Harnessing the power of compliance tech

Technology is the foundation of every business’ plan nowadays, whether it’s an operational shift, a compliance requirement or activity on the trading floor. For asset managers, tech is the strongest weapon in their arsenal — and one that is often lagging. This is no difference when it comes to ESG data.

All managers are facing new hurdles around regulation and compliance that will require additional technology infrastructure. Specifically, the monitoring process for sustainability compliance is especially tech heavy and will require new technology systems as well as additional manpower, creating an overall more costly operations lift. In addition, managers will need to identify key performance metrics related to ESG that are material and relevant to their business in order to know what to track. The fund sector has historically been slow to adopt technology, but amid the industry push for more transparency surrounding ESG funds, now is not the time for firms to crawl toward tech adoption. Managers looking to stand the test of time need to sprint toward tech to meet the rapidly changing regulatory requirements — not to mention investor demands — relating to green investment vehicles.

Looking outside the box

The amount of investment that is required to help meet the transparency demands of investors — and potentially regulators in the future — may be overwhelming for small and medium firms. As a result, fund managers often look to third-party providers to help manage the workload and streamline implementation. IQ-EQ is a leader in this area, providing a turnkey ESG solution that assists managers in the development of their ESG strategies and gives them a powerful technology solution to gather, analyze and report on their ESG metrics.

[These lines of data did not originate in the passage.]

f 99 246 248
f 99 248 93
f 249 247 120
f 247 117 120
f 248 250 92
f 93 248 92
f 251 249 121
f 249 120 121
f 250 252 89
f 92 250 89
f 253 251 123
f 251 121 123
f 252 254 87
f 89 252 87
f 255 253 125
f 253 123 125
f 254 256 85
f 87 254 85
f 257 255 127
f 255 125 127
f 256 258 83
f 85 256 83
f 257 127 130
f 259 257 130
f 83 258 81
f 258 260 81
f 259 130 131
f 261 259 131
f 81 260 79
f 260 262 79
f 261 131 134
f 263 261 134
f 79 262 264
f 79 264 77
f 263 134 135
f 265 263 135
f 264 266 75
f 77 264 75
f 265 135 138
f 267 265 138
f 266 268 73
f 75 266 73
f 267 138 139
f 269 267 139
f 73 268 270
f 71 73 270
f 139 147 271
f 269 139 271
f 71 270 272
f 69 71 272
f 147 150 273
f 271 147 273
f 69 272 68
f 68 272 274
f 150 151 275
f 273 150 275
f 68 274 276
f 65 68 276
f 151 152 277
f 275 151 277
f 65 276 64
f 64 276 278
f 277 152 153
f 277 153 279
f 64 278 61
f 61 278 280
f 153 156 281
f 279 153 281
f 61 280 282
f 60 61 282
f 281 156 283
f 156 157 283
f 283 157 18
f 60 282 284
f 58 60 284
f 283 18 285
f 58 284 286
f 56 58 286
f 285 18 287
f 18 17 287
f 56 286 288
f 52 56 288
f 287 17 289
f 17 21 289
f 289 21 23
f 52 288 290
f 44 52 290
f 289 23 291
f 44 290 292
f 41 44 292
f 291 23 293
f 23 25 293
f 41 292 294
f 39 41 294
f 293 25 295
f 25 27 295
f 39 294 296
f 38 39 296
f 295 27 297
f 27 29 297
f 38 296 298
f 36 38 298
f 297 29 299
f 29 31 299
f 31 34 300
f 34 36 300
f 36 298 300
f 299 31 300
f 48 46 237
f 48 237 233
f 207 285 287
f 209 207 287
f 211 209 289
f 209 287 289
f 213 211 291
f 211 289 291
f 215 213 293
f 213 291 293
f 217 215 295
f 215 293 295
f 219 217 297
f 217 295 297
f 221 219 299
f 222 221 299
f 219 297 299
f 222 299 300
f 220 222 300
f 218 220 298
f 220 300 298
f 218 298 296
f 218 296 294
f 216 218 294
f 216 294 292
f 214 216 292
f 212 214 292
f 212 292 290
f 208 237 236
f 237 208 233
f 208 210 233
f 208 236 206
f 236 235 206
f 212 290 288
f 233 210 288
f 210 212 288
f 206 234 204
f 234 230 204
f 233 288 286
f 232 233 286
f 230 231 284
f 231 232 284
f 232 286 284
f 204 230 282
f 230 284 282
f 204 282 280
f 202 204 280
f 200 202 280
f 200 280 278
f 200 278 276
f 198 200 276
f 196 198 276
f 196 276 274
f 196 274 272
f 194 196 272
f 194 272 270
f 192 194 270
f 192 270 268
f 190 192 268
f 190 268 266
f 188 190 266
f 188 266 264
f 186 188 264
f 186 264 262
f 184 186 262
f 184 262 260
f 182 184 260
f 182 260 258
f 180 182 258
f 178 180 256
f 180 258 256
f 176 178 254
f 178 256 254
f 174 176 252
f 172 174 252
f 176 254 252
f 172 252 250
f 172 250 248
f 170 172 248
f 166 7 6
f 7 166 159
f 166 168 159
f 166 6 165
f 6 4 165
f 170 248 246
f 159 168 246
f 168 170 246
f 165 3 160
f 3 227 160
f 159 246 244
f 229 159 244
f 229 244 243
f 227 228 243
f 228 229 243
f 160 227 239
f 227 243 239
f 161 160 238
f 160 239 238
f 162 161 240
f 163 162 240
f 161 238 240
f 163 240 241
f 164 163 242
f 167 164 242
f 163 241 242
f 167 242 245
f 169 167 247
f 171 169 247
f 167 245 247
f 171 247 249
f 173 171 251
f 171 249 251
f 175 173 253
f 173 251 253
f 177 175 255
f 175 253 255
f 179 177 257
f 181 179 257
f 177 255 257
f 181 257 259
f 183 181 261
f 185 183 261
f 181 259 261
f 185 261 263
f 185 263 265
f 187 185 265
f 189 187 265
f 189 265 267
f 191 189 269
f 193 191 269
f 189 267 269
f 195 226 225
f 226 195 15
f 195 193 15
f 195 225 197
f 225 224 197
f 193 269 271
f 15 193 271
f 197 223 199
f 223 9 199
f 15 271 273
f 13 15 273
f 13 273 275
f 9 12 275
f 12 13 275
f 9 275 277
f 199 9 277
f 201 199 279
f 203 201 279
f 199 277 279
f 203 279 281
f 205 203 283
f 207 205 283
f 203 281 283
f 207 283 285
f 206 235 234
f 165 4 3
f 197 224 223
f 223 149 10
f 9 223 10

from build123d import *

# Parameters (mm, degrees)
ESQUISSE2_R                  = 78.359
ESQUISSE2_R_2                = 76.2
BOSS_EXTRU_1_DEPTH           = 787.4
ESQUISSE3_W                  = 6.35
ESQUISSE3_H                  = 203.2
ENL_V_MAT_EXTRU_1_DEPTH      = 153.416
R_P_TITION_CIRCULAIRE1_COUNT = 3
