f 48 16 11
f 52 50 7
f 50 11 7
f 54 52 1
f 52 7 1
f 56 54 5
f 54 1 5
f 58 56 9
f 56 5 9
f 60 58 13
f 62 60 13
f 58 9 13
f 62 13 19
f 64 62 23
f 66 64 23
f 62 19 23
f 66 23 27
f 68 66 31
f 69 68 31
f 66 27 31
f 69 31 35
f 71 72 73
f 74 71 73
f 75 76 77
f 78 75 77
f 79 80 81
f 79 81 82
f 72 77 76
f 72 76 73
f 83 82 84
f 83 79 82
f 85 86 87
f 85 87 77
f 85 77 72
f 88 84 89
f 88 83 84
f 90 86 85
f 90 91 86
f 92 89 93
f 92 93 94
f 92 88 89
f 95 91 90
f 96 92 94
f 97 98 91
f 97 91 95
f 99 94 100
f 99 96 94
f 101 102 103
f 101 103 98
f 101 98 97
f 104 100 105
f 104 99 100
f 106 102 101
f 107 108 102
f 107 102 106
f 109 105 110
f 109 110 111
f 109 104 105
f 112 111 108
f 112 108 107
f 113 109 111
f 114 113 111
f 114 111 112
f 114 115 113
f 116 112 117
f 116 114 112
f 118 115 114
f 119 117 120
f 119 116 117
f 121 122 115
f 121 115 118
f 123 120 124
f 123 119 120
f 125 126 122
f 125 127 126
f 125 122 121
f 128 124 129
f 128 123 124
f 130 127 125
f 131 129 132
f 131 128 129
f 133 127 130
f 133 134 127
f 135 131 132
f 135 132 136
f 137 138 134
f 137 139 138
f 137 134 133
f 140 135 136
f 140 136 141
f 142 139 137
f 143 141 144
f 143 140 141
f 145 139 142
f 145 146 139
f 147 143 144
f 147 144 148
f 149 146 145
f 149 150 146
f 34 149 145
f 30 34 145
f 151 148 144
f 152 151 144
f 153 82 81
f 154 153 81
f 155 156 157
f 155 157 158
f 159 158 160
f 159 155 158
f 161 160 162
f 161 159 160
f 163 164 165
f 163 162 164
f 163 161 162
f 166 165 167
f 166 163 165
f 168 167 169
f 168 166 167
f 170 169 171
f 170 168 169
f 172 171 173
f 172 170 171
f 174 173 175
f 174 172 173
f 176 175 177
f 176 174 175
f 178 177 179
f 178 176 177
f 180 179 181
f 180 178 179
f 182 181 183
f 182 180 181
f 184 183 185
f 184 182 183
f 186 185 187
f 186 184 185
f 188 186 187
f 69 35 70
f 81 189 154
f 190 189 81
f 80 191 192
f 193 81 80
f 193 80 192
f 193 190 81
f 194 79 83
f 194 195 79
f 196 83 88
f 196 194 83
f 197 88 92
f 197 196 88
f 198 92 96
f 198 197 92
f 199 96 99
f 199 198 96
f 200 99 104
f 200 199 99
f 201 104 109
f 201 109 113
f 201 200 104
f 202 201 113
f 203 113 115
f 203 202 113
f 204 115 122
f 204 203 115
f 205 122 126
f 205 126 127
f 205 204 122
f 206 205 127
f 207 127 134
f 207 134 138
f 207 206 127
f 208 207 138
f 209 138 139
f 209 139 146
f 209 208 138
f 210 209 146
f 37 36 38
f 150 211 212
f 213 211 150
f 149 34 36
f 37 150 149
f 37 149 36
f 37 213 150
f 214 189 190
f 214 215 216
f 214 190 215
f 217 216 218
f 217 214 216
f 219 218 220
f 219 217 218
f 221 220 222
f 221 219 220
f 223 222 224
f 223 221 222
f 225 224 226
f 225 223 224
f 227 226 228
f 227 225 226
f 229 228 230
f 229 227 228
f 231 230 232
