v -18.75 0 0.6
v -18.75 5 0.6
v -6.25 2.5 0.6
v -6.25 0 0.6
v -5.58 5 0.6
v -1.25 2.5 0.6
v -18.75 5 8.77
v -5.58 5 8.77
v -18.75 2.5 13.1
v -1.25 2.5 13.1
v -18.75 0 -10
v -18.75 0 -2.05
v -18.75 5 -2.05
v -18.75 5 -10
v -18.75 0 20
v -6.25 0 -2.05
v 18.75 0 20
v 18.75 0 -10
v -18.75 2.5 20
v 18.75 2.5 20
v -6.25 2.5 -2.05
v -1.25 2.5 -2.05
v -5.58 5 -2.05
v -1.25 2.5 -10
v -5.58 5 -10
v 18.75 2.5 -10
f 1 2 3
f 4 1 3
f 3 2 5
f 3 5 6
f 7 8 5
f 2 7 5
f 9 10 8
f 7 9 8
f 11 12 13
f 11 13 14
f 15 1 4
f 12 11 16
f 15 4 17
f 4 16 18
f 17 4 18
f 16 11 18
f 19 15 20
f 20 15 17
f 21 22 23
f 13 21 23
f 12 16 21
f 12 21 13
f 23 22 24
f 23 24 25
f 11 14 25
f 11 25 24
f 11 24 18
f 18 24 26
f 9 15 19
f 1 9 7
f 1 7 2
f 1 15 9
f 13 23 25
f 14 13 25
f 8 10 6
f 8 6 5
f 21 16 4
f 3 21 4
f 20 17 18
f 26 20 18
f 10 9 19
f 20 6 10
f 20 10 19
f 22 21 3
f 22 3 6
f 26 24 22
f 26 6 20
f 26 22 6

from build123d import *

# Parameters (mm, degrees)
SKETCH1_W           = 37.5
SKETCH1_H           = 40
BOSS_EXTRUDE1_DEPTH = 2.5
SKETCH2_W           = 12.5
SKETCH2_H           = 2.65
CUT_EXTRUDE1_DEPTH  = 28.528394432
SKETCH3_W           = 12.5
SKETCH3_H           = 17.95
SKETCH3_H_2         = 7.5
BOSS_EXTRUDE2_DEPTH = 2.5
SKETCH4_W           = 37.5
SKETCH4_H           = 10
CUT_EXTRUDE2_DEPTH  = 28.866871012


with BuildPart() as part:
    # Sketch1 → Boss-Extrude1 (new body)
    with BuildSketch(Plane(origin=(0, 0, 0), x_dir=(1, 0, 0), z_dir=(0, 1, 0))):
        Rectangle(SKETCH1_W, SKETCH1_H)
    extrude(amount=BOSS_EXTRUDE1_DEPTH)

    # Sketch2 → Cut-Extrude1 (cut, through all)
    with BuildSketch(Plane.XZ):
        with Locations((-12.5, -0.725)):
            Rectangle(SKETCH2_W, SKETCH2_H)
    extrude(amount=-CUT_EXTRUDE1_DEPTH, mode=Mode.SUBTRACT)

    # Sketch3 → Boss-Extrude2 (add)
    with BuildSketch(Plane(origin=(0, 2.5, 0), x_dir=(1, 0, 0), z_dir=(0, 1, 0))):
        with Locations((-12.5, 11.025)):
            Rectangle(SKETCH3_W, SKETCH3_H)
        with Locations((-12.5, -4.35)):
            Rectangle(SKETCH3_W, SKETCH3_H_2)
    extrude(amount=BOSS_EXTRUDE2_DEPTH)

    # Sketch4 → Cut-Extrude2 (cut, through all)
    with BuildSketch(Plane(origin=(0, 5, 0), x_dir=(1, 0, 0), z_dir=(0, 1, 0))):
        with Locations((0, 15)):
            Rectangle(SKETCH4_W, SKETCH4_H)
    extrude(amount=-CUT_EXTRUDE2_DEPTH, mode=Mode.SUBTRACT)

    # Chamfer1
    # the kernel refuses this chamfer: 5, 2.886751346 mm, written as the material it adds along each edge
    with BuildSketch(Plane(origin=(-6.25, 2.5, -2.05), x_dir=(0.9998132206222079, -0.019326765612700723, -1.5830863978385058e-15), z_dir=(0, 0, -1))) as chamfer1_piece_1_section:
        with BuildLine():
            Line((5.174171509, 0), (-0.230896973, -2.982845988))
            Line((-0.230896973, -2.982845988), (-0.330878295, -2.980913312))
            ThreePointArc((-0.330878295, -2.980913312), (-0.128843444, -1.491164065), (-0.099981322, 0.001932677))
            Line((-0.099981322, 0.001932677), (0.001932677, 0.099981322))
            ThreePointArc((0.001932677, 0.099981322), (2.588052093, 0.049990661), (5.176104186, 0.099981322))
            Line((5.176104186, 0.099981322), (5.174171509, 0))
        make_face()
    chamfer1_piece_1 = extrude(amount=7.95, mode=Mode.PRIVATE)
    chamfer1_piece_1 = split(chamfer1_piece_1, bisect_by=Plane(origin=(-6.25, 3.354735535, -6.025), z_dir=(1, 0, 0)), keep=Keep.TOP, mode=Mode.PRIVATE)
    chamfer1_piece_1 = split(chamfer1_piece_1, bisect_by=Plane(origin=(-4.46158964, 5, -6.025), z_dir=(0, -1, 0)), keep=Keep.TOP, mode=Mode.PRIVATE)
    add(chamfer1_piece_1)
    with BuildSketch(Plane(origin=(-6.25, 2.5, 8.1), x_dir=(0, -0.019326765612700723, 0.9998132206222079), z_dir=(-1, 0, 0))) as chamfer1_piece_2_section:
        with BuildLine():
            Line((5.174171509, 0), (-0.230896973, 2.982845988))
            Line((-0.230896973, 2.982845988), (-0.330878295, 2.980913312))
            ThreePointArc((-0.330878295, 2.980913312), (-0.128843444, 1.491164065), (-0.099981322, -0.001932677))
            Line((-0.099981322, -0.001932677), (0.001932677, -0.099981322))
            ThreePointArc((0.001932677, -0.099981322), (2.588052093, -0.049990661), (5.176104186, -0.099981322))
            Line((5.176104186, -0.099981322), (5.174171509, 0))
        make_face()
    chamfer1_piece_2 = extrude(amount=12.5, mode=Mode.PRIVATE)
    chamfer1_piece_2 = split(chamfer1_piece_2, bisect_by=Plane(origin=(-12.5, 5, 9.824344196), z_dir=(0, -1, 0)), keep=Keep.TOP, mode=Mode.PRIVATE)
    add(chamfer1_piece_2)
    with BuildSketch(Plane(origin=(-6.25, 2.5, 0.6), x_dir=(0.9998132206222079, -0.019326765612700723, 0), z_dir=(0, 0, 1))) as chamfer1_piece_3_section:
        with BuildLine():
            Line((5.174171509, 0), (-0.230896973, 2.982845988))
            Line((-0.230896973, 2.982845988), (-0.330878295, 2.980913312))
            ThreePointArc((-0.330878295, 2.980913312), (-0.128843444, 1.491164065), (-0.099981322, -0.001932677))
            Line((-0.099981322, -0.001932677), (0.001932677, -0.099981322))
            ThreePointArc((0.001932677, -0.099981322), (2.588052093, -0.049990661), (5.176104186, -0.099981322))
            Line((5.176104186, -0.099981322), (5.174171509, 0))
        make_face()
    chamfer1_piece_3 = extrude(amount=7.5, mode=Mode.PRIVATE)
    chamfer1_piece_3 = split(chamfer1_piece_3, bisect_by=Plane(origin=(-6.25, 3.354735535, 4.35), z_dir=(1, 0, 0)), keep=Keep.TOP, mode=Mode.PRIVATE)
    chamfer1_piece_3 = split(chamfer1_piece_3, bisect_by=Plane(origin=(-4.46158964, 5, 4.35), z_dir=(0, -1, 0)), keep=Keep.TOP, mode=Mode.PRIVATE)
    add(chamfer1_piece_3)
    with BuildSketch(Plane(origin=(-6.25, 2.5, 0.6), x_dir=(0.9998132206222079, -0.019326765612700723, 0), z_dir=(0, 0, 1))) as chamfer1_piece_4a_section:
        with BuildLine():
            Line((5.174171509, 0), (-0.230896973, 2.982845988))
            Line((-0.230896973, 2.982845988), (-0.330878295, 2.980913312))
            ThreePointArc((-0.330878295, 2.980913312), (-0.128843444, 1.491164065), (-0.099981322, -0.001932677))
            Line((-0.099981322, -0.001932677), (0.001932677, -0.099981322))
            ThreePointArc((0.001932677, -0.099981322), (2.588052093, -0.049990661), (5.176104186, -0.099981322))
            Line((5.176104186, -0.099981322), (5.174171509, 0))
        make_face()
    chamfer1_piece_4a = extrude(amount=20.435428773, mode=Mode.PRIVATE)
    chamfer1_piece_4a = split(chamfer1_piece_4a, bisect_by=Plane(origin=(-4.46158964, 3.354735535, 20), z_dir=(0, 0, -1)), keep=Keep.TOP, mode=Mode.PRIVATE)
    chamfer1_piece_4a = split(chamfer1_piece_4a, bisect_by=Plane(origin=(-6.25, 3.354735535, 14.05), z_dir=(1, 0, 0)), keep=Keep.TOP, mode=Mode.PRIVATE)
    chamfer1_piece_4a = split(chamfer1_piece_4a, bisect_by=Plane(origin=(-4.46158964, 5, 14.05), z_dir=(0, -1, 0)), keep=Keep.TOP, mode=Mode.PRIVATE)
    chamfer1_piece_4a = split(chamfer1_piece_4a, bisect_by=Plane(origin=(-4.46158964, 3.354735535, 8.1), z_dir=(0, 0, 1)), keep=Keep.TOP, mode=Mode.PRIVATE)
    with BuildSketch(Plane(origin=(6.685428773, 2.5, 8.1), x_dir=(0, -0.019326765612700723, 0.9998132206222079), z_dir=(-1, 0, 0))) as chamfer1_piece_4b_section:
        with BuildLine():
            Line((5.174171509, 0), (-0.230896973, 2.982845988))
            Line((-0.230896973, 2.982845988), (-0.330878295, 2.980913312))
            ThreePointArc((-0.330878295, 2.980913312), (-0.128843444, 1.491164065), (-0.099981322, -0.001932677))
            Line((-0.099981322, -0.001932677), (0.001932677, -0.099981322))
            ThreePointArc((0.001932677, -0.099981322), (2.588052093, -0.049990661), (5.176104186, -0.099981322))
            Line((5.176104186, -0.099981322), (5.174171509, 0))
        make_face()
    chamfer1_piece_4b = extrude(amount=25.435428773, mode=Mode.PRIVATE)
    chamfer1_piece_4b = split(chamfer1_piece_4b, bisect_by=Plane(origin=(0.217714387, 5, 9.824344196), z_dir=(0, -1, 0)), keep=Keep.TOP, mode=Mode.PRIVATE)
    chamfer1_piece_4b = split(chamfer1_piece_4b, bisect_by=Plane(origin=(-6.25, 3.374002547, 9.824344196), z_dir=(1, 0, 0)), keep=Keep.TOP, mode=Mode.PRIVATE)
    chamfer1_piece_4 = chamfer1_piece_4a & chamfer1_piece_4b
    add(chamfer1_piece_4)


solid = part.part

IQ-EQ’s integrated ESG compliance offering helps asset managers institute and maintain an ESG strategy by building customized ESG frameworks. And IQ EQ Compass provides a modern, integrated dashboard leveraging multiple data sources to accurately monitor, analyze and report on ESG metrics for fund managers, helping to lighten the load when it comes to sharing sustainability performance data with shareholders. Having a flexible and customizable platform is key to fund managers, as no one fund shop’s requirements will be alike in the absence of industry-wide standardization.

What’s next for managers?

With sustainable funds on the upswing, and with no signs of slowing down, managers are looking for ways to address external pressures around greenwashing and ESG performance reporting while mitigating operational costs. In addition, the potential implementation of more concrete regulations means managers must stay up to date on their technology as they continue to respond to calls for greater transparency. Small and medium asset managers are turning increasingly to service providers to help navigate the ever-changing sustainability compliance landscape, but even larger managers are looking to outsource their ESG compliance to help lower overall costs. The next few years will be pivotal when it comes to sustainability compliance, and firms’ technology stacks must be ready to weather the storm.